# complete noob, gold containing mud (pictures added)



## electric (Jan 8, 2012)

Hi, I have acquired some dense mud like stuff that almost certainly contains gold. You can see the flakes/specs/dust in it. We've been able to get alot of the water soluble and lightweight impurities out of the stuff using just basic water methods. Right now I have about a pill bottle's amount of dense, slightly refined (ie has gone through this water 'washing' several times) 'gold mud'. It's pretty heavy considering the volume of the pill bottle. I realize there is still some water weight in there at the moment as well as whatever other impurities it may contain. But nonetheless quite heavy for it's size.. (i take it that's a good sign)

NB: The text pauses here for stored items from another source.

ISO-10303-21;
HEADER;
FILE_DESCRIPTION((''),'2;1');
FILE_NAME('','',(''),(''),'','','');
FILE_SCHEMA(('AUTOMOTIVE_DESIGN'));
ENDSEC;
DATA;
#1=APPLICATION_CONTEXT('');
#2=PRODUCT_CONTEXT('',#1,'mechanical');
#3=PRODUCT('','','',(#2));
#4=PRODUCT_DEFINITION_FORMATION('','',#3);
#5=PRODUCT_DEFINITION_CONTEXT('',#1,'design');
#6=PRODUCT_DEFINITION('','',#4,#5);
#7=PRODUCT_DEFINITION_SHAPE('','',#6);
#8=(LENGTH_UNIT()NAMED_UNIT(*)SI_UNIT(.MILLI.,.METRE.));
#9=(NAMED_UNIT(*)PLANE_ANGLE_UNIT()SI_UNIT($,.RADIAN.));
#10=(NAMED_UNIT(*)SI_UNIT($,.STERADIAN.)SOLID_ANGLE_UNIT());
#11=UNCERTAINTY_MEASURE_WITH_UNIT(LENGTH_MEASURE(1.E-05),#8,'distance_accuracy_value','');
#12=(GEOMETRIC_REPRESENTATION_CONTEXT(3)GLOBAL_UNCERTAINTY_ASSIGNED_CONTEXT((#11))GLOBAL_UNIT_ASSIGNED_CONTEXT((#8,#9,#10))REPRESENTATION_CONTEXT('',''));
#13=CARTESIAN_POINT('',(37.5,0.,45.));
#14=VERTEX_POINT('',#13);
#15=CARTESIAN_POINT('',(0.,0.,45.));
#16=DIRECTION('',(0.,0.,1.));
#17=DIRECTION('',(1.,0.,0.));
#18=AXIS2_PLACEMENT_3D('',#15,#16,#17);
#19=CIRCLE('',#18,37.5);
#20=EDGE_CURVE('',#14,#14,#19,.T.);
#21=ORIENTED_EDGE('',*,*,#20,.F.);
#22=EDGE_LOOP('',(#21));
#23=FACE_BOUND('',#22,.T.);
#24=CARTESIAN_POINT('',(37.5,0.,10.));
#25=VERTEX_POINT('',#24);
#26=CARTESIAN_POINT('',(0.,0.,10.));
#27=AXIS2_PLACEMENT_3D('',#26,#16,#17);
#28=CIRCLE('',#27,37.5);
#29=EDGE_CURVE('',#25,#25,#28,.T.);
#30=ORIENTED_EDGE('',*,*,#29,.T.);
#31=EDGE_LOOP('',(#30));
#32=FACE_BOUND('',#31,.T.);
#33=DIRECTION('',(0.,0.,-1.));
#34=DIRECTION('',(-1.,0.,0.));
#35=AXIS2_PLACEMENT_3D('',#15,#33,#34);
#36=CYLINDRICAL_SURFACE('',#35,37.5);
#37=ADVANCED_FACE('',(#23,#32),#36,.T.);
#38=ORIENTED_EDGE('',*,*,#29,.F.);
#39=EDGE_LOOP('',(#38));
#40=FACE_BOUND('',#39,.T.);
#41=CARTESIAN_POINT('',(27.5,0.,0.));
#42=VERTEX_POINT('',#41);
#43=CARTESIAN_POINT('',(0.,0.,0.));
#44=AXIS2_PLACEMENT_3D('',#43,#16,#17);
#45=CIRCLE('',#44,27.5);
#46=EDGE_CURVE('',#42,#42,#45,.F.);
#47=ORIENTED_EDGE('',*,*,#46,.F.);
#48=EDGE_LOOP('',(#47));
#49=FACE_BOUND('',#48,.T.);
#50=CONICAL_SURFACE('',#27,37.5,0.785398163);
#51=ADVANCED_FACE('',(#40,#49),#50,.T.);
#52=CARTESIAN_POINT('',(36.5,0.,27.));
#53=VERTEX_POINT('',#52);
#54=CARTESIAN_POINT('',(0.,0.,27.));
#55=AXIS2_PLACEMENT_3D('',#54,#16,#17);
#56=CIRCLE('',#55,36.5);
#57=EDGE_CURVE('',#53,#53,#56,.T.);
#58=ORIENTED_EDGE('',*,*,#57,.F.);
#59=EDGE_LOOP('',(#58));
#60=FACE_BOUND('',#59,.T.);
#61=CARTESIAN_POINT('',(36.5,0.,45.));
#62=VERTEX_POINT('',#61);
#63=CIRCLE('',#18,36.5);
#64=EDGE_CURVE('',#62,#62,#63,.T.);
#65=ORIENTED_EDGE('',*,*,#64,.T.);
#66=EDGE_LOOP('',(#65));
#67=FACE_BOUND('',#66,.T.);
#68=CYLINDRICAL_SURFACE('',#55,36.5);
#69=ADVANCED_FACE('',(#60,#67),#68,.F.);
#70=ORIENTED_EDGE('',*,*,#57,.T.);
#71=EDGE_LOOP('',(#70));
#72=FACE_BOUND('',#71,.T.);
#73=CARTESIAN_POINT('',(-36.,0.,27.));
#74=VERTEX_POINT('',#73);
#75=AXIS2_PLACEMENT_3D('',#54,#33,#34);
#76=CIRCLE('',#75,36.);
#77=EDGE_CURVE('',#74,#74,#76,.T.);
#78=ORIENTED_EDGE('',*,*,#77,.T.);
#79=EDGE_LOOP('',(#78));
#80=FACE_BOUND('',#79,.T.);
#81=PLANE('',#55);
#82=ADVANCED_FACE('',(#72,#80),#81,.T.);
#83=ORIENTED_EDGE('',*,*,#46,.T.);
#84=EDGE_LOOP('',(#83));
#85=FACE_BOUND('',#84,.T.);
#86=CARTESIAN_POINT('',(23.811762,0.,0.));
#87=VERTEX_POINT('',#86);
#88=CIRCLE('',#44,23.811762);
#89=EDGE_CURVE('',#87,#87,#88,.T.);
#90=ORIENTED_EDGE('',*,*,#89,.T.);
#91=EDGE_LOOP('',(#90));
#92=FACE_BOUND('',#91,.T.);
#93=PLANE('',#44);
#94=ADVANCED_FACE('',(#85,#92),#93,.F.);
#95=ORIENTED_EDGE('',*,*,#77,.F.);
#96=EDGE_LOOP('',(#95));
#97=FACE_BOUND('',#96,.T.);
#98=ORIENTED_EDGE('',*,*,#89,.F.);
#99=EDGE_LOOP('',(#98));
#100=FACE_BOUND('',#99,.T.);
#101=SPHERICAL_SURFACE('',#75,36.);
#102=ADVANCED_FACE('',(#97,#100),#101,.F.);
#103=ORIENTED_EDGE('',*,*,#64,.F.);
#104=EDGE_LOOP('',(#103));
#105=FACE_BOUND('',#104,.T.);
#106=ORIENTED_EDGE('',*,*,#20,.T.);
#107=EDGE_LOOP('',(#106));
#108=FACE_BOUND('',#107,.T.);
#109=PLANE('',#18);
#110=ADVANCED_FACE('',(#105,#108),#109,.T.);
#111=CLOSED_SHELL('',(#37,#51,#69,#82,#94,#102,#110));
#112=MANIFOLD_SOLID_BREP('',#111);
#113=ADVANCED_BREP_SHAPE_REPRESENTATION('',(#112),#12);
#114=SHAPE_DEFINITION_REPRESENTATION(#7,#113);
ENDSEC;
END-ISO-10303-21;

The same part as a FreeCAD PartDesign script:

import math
import FreeCAD as App
import Part
import Sketcher
from FreeCAD import Vector


def edges_at(feature, points):
    """Names of the edges that pass closest to the given points."""
    edges = feature.Shape.Edges
    near = lambda p: min(range(len(edges)), key=lambda i: edges[i].distToShape(Part.Vertex(*p))[0])
    return sorted({f"Edge{near(p) + 1}" for p in points})

doc = App.newDocument("Part")
body = doc.addObject("PartDesign::Body", "Body")

# Sketch on XY plane
sketch1 = body.newObject("Sketcher::SketchObject", "Sketch")
sketch1.AttachmentSupport = (doc.getObject("XY_Plane"), [""])
sketch1.MapMode = "FlatFace"
sketch1.addGeometry(Part.Circle(Vector(0, 0, 0), Vector(0, 0, 1), 38), False)
sketch1.addConstraint(Sketcher.Constraint("Coincident", 0, 3, -1, 1))
sketch1.addConstraint(Sketcher.Constraint("Diameter", 0, 75.0))
pad1 = body.newObject("PartDesign::Pad", "Pad")
pad1.Profile = sketch1
pad1.Length = 45

# Sketch on XY plane
sketch2 = body.newObject("Sketcher::SketchObject", "Sketch001")
sketch2.AttachmentSupport = (doc.getObject("XY_Plane"), [""])
sketch2.MapMode = "FlatFace"
sketch2.AttachmentOffset = App.Placement(Vector(0, 0, 45), App.Rotation())
sketch2.addGeometry(Part.Circle(Vector(0, 0, 0), Vector(0, 0, 1), 36), False)
sketch2.addConstraint(Sketcher.Constraint("Coincident", 0, 3, -1, 1))
sketch2.addConstraint(Sketcher.Constraint("Diameter", 0, 73.0))
pocket1 = body.newObject("PartDesign::Pocket", "Pocket")
pocket1.Profile = sketch2
pocket1.Length = 18

# Sketch on XY plane
sketch3 = body.newObject("Sketcher::SketchObject", "Sketch002")
sketch3.AttachmentSupport = (doc.getObject("XY_Plane"), [""])
sketch3.MapMode = "FlatFace"
sketch3.AttachmentOffset = App.Placement(Vector(0, 0, 27), App.Rotation())
sketch3.addGeometry(Part.LineSegment(Vector(-36, 0, 0), Vector(36, 0, 0)), False)
sketch3.addGeometry(Part.ArcOfCircle(Part.Circle(Vector(0, 0, 0), Vector(0, 0, 1), 36), math.radians(0), math.radians(180)), False)
sketch3.addConstraint(Sketcher.Constraint("Coincident", 0, 1, 1, 2))
sketch3.addConstraint(Sketcher.Constraint("Coincident", 1, 1, 0, 2))
sketch3.addConstraint(Sketcher.Constraint("Horizontal", 0))
sketch3.addConstraint(Sketcher.Constraint("Coincident", 1, 3, -1, 1))
sketch3.addConstraint(Sketcher.Constraint("PointOnObject", 0, 1, -1))
sketch3.addConstraint(Sketcher.Constraint("Radius", 1, 36.0))
groove = body.newObject("PartDesign::Groove", "Groove")
groove.Profile = sketch3
groove.ReferenceAxis = (sketch3, ["H_Axis"])
groove.Angle = 180
groove.Reversed = True
doc.recompute()

chamfer = body.newObject("PartDesign::Chamfer", "Chamfer")
chamfer.Base = (groove, edges_at(groove, [(-37.5, 0, 0)]))
chamfer.Size = 10

doc.recompute()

For what it's worth, the stuff apparently came from the runoff of some sort of old gold operation that dates back to the 60's or so around here. This runoff was found between rocks and cracks/crevices at the site of the supposed operation. The person who gave this to me was walking around just for fun to see the place and noticed some specs in this runoff so we've been playing around with a bit of it for fun. It's a smooth feeling mud, not really gritty at all (maybe a bit before water methods), I wouldn't doubt that there is some sort of clay in the mix. It's very moldable if that makes sense. 

Pretty much just looking for a point in the right direction. What could I do DIY at home style without getting into anything too expensive? I wouldn't know where to start. My first thought was just taking a torch to it and seeing if anything 'melts together' and hoping to burn off/vaporize impurities but that probably does not make sense. Should I be looking at chemical methods? mechanical/physical filtering? I have no clue what I'm doing... I could take a macro photo later on if that would help to show what I'm dealing with. 

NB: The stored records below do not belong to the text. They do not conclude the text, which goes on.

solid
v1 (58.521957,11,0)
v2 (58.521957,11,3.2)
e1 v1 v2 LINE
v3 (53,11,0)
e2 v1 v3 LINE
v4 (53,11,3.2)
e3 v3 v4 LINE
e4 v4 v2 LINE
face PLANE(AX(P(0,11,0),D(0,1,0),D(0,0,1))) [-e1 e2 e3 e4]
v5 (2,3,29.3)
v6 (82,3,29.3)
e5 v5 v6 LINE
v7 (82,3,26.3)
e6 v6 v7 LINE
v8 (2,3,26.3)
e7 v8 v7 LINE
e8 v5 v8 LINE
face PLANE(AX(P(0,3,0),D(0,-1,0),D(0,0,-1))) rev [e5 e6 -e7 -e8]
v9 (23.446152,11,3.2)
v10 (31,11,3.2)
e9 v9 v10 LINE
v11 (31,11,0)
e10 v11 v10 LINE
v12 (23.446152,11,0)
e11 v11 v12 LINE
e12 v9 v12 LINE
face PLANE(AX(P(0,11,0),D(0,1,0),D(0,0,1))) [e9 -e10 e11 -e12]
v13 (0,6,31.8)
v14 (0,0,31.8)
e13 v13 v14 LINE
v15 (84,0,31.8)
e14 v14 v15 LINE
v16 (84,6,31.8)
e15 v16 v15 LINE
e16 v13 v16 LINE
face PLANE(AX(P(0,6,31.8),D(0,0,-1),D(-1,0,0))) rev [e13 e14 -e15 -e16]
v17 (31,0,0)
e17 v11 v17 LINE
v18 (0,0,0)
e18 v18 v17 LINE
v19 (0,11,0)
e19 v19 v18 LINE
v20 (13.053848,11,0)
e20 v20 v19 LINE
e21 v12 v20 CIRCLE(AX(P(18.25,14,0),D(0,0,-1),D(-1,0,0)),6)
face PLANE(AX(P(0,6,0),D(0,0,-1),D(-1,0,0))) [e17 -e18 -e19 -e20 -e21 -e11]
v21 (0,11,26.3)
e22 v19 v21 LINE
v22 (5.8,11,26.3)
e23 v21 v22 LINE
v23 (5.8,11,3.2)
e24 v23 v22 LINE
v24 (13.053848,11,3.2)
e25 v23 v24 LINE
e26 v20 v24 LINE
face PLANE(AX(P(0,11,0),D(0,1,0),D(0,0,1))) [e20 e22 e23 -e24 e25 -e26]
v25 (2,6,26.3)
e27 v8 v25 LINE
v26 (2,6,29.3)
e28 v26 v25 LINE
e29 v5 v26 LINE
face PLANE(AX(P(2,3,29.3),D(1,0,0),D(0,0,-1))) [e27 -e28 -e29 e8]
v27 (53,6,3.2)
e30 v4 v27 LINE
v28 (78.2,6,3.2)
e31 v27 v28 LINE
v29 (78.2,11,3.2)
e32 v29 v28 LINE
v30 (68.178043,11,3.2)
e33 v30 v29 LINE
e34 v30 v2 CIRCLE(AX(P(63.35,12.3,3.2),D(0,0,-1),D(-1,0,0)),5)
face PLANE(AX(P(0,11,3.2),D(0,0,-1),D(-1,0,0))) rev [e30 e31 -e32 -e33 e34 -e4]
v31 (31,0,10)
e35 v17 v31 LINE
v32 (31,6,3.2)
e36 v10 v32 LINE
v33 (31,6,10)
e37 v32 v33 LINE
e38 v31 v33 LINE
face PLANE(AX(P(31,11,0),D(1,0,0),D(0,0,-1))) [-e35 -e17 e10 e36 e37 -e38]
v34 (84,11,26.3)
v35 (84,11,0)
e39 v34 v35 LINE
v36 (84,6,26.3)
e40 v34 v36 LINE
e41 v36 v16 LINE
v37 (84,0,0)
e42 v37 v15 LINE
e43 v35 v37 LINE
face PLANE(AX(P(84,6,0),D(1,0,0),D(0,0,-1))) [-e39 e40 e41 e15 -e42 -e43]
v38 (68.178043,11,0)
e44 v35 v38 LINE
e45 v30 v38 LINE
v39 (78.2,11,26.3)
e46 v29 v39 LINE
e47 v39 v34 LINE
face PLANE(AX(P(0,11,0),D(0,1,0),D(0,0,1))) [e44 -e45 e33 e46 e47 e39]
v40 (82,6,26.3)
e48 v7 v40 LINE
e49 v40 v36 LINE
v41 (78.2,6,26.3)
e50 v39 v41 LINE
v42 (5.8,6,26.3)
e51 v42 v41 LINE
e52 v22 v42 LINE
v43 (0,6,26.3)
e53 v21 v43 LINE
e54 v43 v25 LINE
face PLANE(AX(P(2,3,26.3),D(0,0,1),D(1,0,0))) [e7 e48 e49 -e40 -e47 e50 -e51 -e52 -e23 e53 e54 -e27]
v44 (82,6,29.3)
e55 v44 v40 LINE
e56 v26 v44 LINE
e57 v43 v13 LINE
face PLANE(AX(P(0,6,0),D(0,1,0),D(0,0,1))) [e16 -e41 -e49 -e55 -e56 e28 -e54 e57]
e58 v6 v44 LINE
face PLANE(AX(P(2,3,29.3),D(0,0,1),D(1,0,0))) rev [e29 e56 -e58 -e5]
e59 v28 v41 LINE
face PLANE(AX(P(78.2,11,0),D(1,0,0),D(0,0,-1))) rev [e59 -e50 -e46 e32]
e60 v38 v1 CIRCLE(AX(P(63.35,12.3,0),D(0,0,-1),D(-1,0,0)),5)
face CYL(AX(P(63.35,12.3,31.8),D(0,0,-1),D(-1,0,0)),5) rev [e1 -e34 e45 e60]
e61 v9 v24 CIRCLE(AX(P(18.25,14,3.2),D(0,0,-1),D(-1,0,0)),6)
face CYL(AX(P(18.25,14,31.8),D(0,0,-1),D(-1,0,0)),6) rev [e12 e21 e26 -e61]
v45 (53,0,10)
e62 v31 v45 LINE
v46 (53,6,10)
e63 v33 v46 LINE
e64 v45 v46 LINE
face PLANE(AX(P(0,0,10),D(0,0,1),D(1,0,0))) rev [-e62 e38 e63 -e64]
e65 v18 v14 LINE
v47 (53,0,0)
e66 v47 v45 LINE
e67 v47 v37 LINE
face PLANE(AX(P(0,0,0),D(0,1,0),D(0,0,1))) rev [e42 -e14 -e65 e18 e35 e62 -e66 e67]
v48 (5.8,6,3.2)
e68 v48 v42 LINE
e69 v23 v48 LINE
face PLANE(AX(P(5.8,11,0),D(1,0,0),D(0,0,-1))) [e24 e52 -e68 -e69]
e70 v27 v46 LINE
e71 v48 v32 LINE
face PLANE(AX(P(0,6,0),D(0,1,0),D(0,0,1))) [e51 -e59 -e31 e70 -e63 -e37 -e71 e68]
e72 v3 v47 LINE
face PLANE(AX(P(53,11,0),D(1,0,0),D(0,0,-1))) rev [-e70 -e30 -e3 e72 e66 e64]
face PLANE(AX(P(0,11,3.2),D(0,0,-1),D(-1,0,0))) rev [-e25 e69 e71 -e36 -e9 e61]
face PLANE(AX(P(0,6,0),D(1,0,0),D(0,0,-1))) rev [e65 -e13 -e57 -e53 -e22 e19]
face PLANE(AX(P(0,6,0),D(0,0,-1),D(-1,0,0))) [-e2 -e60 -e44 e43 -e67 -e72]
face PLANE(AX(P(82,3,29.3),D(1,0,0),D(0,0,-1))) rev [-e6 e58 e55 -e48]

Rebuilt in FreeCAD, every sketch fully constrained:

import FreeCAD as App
import Part
import Sketcher

V = App.Vector
Q = App.Units.Quantity


def add_polygon(sketch, points):
    """Adds a closed chain of lines whose ends are joined by coincident constraints."""
    first, n = sketch.GeometryCount, len(points)
    for a, b in zip(points, points[1:] + points[:1]):
        sketch.addGeometry(Part.LineSegment(App.Vector(*a, 0), App.Vector(*b, 0)), False)
    for i in range(n):
        sketch.addConstraint(Sketcher.Constraint("Coincident", first + i, 2, first + (i + 1) % n, 1))

doc = App.newDocument("Part")
body = doc.addObject("PartDesign::Body", "Body")

sketch1 = body.newObject("Sketcher::SketchObject", "Sketch")
sketch1.AttachmentSupport = (doc.getObject("XZ_Plane"), [""])
sketch1.MapMode = "FlatFace"
add_polygon(sketch1, [(0, 0), (0, 31.8), (84, 31.8), (84, 0)])
sketch1.addConstraint(Sketcher.Constraint("Vertical", 0))
sketch1.addConstraint(Sketcher.Constraint("Horizontal", 1))
sketch1.addConstraint(Sketcher.Constraint("Vertical", 2))
sketch1.addConstraint(Sketcher.Constraint("Horizontal", 3))
sketch1.addConstraint(Sketcher.Constraint("Coincident", 3, 2, -1, 1))
sketch1.addConstraint(Sketcher.Constraint("DistanceX", 1, 1, 1, 2, Q("84 mm")))
sketch1.addConstraint(Sketcher.Constraint("DistanceY", 0, 1, 0, 2, Q("31.8 mm")))
pad1 = body.newObject("PartDesign::Pad", "Pad")
pad1.Profile = sketch1
pad1.Length = 6
pad1.Reversed = True

sketch2 = body.newObject("Sketcher::SketchObject", "Sketch001")
sketch2.AttachmentSupport = (doc.getObject("XZ_Plane"), [""])
sketch2.MapMode = "FlatFace"
sketch2.AttachmentOffset = App.Placement(V(0, 0, -6), App.Rotation())
add_polygon(sketch2, [(2, 26.3), (2, 29.3), (82, 29.3), (82, 26.3)])
sketch2.addConstraint(Sketcher.Constraint("Vertical", 0))
sketch2.addConstraint(Sketcher.Constraint("Horizontal", 1))
sketch2.addConstraint(Sketcher.Constraint("Vertical", 2))
sketch2.addConstraint(Sketcher.Constraint("Horizontal", 3))
sketch2.addConstraint(Sketcher.Constraint("DistanceX", 1, 1, 1, 2, Q("80 mm")))
sketch2.addConstraint(Sketcher.Constraint("DistanceY", 0, 1, 0, 2, Q("3 mm")))
sketch2.addConstraint(Sketcher.Constraint("DistanceX", -1, 1, 0, 2, Q("2 mm")))
sketch2.addConstraint(Sketcher.Constraint("DistanceY", -1, 1, 0, 2, Q("29.3 mm")))
pocket1 = body.newObject("PartDesign::Pocket", "Pocket")
pocket1.Profile = sketch2
pocket1.Length = 3
pocket1.Reversed = True

sketch3 = body.newObject("Sketcher::SketchObject", "Sketch002")
sketch3.AttachmentSupport = (doc.getObject("XZ_Plane"), [""])
sketch3.MapMode = "FlatFace"
sketch3.AttachmentOffset = App.Placement(V(0, 0, -6), App.Rotation())
add_polygon(sketch3, [(31, 0), (0, 0), (0, 26.3), (5.8, 26.3), (5.8, 3.2), (31, 3.2)])
add_polygon(sketch3, [(84, 0), (53, 0), (53, 3.2), (78.2, 3.2), (78.2, 26.3), (84, 26.3)])
sketch3.addConstraint(Sketcher.Constraint("Horizontal", 0))
sketch3.addConstraint(Sketcher.Constraint("Vertical", 1))
sketch3.addConstraint(Sketcher.Constraint("Horizontal", 2))
sketch3.addConstraint(Sketcher.Constraint("Vertical", 3))
sketch3.addConstraint(Sketcher.Constraint("Horizontal", 4))
sketch3.addConstraint(Sketcher.Constraint("Vertical", 5))
sketch3.addConstraint(Sketcher.Constraint("Horizontal", 6))
sketch3.addConstraint(Sketcher.Constraint("Vertical", 7))
sketch3.addConstraint(Sketcher.Constraint("Horizontal", 8))
sketch3.addConstraint(Sketcher.Constraint("Vertical", 9))
sketch3.addConstraint(Sketcher.Constraint("Horizontal", 10))
sketch3.addConstraint(Sketcher.Constraint("Vertical", 11))
sketch3.addConstraint(Sketcher.Constraint("Coincident", 0, 2, -1, 1))
sketch3.addConstraint(Sketcher.Constraint("PointOnObject", 6, 2, -1))
sketch3.addConstraint(Sketcher.Constraint("Horizontal", 4, 2, 7, 2))
sketch3.addConstraint(Sketcher.Constraint("Horizontal", 2, 2, 9, 2))
sketch3.addConstraint(Sketcher.Constraint("Equal", 0, 6))
sketch3.addConstraint(Sketcher.Constraint("Equal", 4, 8))
sketch3.addConstraint(Sketcher.Constraint("DistanceX", 0, 2, 0, 1, Q("31 mm")))
sketch3.addConstraint(Sketcher.Constraint("DistanceX", 2, 1, 2, 2, Q("5.8 mm")))
sketch3.addConstraint(Sketcher.Constraint("DistanceY", 1, 1, 1, 2, Q("26.3 mm")))
sketch3.addConstraint(Sketcher.Constraint("DistanceY", 3, 2, 3, 1, Q("23.1 mm")))
sketch3.addConstraint(Sketcher.Constraint("DistanceX", -1, 1, 6, 2, Q("53 mm")))
pad2 = body.newObject("PartDesign::Pad", "Pad001")
pad2.Profile = sketch3
pad2.Length = 5
pad2.Reversed = True

sketch4 = body.newObject("Sketcher::SketchObject", "Sketch003")
sketch4.AttachmentSupport = (doc.getObject("XY_Plane"), [""])
sketch4.MapMode = "FlatFace"
sketch4.addGeometry(Part.Circle(V(63.35, 12.3, 0), V(0, 0, 1), 5), False)
sketch4.addGeometry(Part.Circle(V(18.25, 14, 0), V(0, 0, 1), 6), False)
sketch4.addConstraint(Sketcher.Constraint("Diameter", 0, Q("10 mm")))
sketch4.addConstraint(Sketcher.Constraint("Diameter", 1, Q("12 mm")))
sketch4.addConstraint(Sketcher.Constraint("DistanceY", -1, 1, 1, 3, Q("14 mm")))
sketch4.addConstraint(Sketcher.Constraint("DistanceY", -1, 1, 0, 3, Q("12.3 mm")))
sketch4.addConstraint(Sketcher.Constraint("DistanceX", 1, 3, 0, 3, Q("45.1 mm")))
sketch4.addConstraint(Sketcher.Constraint("DistanceX", -1, 1, 0, 3, Q("63.35 mm")))
pocket2 = body.newObject("PartDesign::Pocket", "Pocket001")
pocket2.Profile = sketch4
pocket2.Type = "ThroughAll"
pocket2.Reversed = True

sketch5 = body.newObject("Sketcher::SketchObject", "Sketch004")
sketch5.AttachmentSupport = (doc.getObject("XZ_Plane"), [""])
sketch5.MapMode = "FlatFace"
sketch5.AttachmentOffset = App.Placement(V(0, 0, -6), App.Rotation())
add_polygon(sketch5, [(31, 0), (31, 10), (53, 10), (53, 0)])
sketch5.addConstraint(Sketcher.Constraint("Vertical", 0))
sketch5.addConstraint(Sketcher.Constraint("Horizontal", 1))
sketch5.addConstraint(Sketcher.Constraint("Vertical", 2))
sketch5.addConstraint(Sketcher.Constraint("Horizontal", 3))
sketch5.addConstraint(Sketcher.Constraint("PointOnObject", 2, 2, -1))
sketch5.addConstraint(Sketcher.Constraint("DistanceX", 1, 1, 1, 2, Q("22 mm")))
sketch5.addConstraint(Sketcher.Constraint("DistanceY", 0, 1, 0, 2, Q("10 mm")))
sketch5.addConstraint(Sketcher.Constraint("DistanceX", -1, 1, 0, 2, Q("31 mm")))
pocket3 = body.newObject("PartDesign::Pocket", "Pocket002")
pocket3.Profile = sketch5
pocket3.Type = "ThroughAll"
pocket3.Reversed = True

doc.recompute()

any help is greatly appreciated!


----------



## Geo (Jan 8, 2012)

have you ever done any gold panning? that would be my suggestion.watch this shiney material,does it move around freely in the water? or does it lay still when you move the pan? can you find a piece big enough to pick up? if so, place it on a piece of steel and hit it with a hammer.not hard enough to split atoms but hard enough to break glass.did it crush into dust or did it flatten out?


----------



## butcher (Jan 9, 2012)

I would pan it, you can remove almost everything but the gold, (putting a tiny piece of lead in the pan , to see if what you think is gold pans out before the piece of lead,(pyrite will just float out of the pan, if it stays in pan with the lead, good chance it is gold, pick out the piece of lead and proceed with your gold), pulverize with mortar and pestle, incinerate it red hot, cool, re- grind with mortar and pestle, and then use HCl wash to remove possible iron from any black sand, rinse well, and then HCl with nitric acid additions to get gold into solution, (as fine as the gold sounds like it would go into solution without in-quartering), once dissolved, heat to gas off unused nitric (depending on amount of nitric usage), dilute let settle, decant, filter solution and precipitate gold, and wash the gold before melting.

Search Phil Dreamers posts I remember him doing this with his placer gold, when he started here, and remember he made a real fine tutorial, including pictures and testing procedures using stannous chloride.
That tutorial would help you more than my answer.


----------



## Dr. Poe (Jan 9, 2012)

Here's an easy test for gold utilizing a torch:
Obtain a charcoal block from a jeweler;
Hollow a small dip in the charcoal;
Place a small sample of the test subject into the hollow;
Add a small amount of soda ash (bi-carb of soda can be substituted);
Using the tip of the blue part of the flame (reducing flame) melt the soda ash and then the sample with it.
Let it cool;
Handle the bead with your fingers, turning it slightly around while examining it with your naked eyes, then with a loop,
then with a low power microscope.

Results: Yellow flakes or beads are gold;
Milk white beads are silver;
Gray, soft beads with a yellow sublimate coating (yellow when hot) are lead;
Brittle gray beads are antimony;

But, you are wanting gold, so look for yellow flakes and beads.
Dr. Poe


----------



## electric (Feb 16, 2012)

thank for the advice and sorry for such a late reply back. 

I decide to play around with the stuff using water/panning type methods. The flakes/dust seem to be almost ultra fine (I'm assuming this is what they call flour gold). Some of it sinks fairly quickly but some of it takers longer and some of the ultra ultra fine stuff stays suspended in the water for a few minutes. 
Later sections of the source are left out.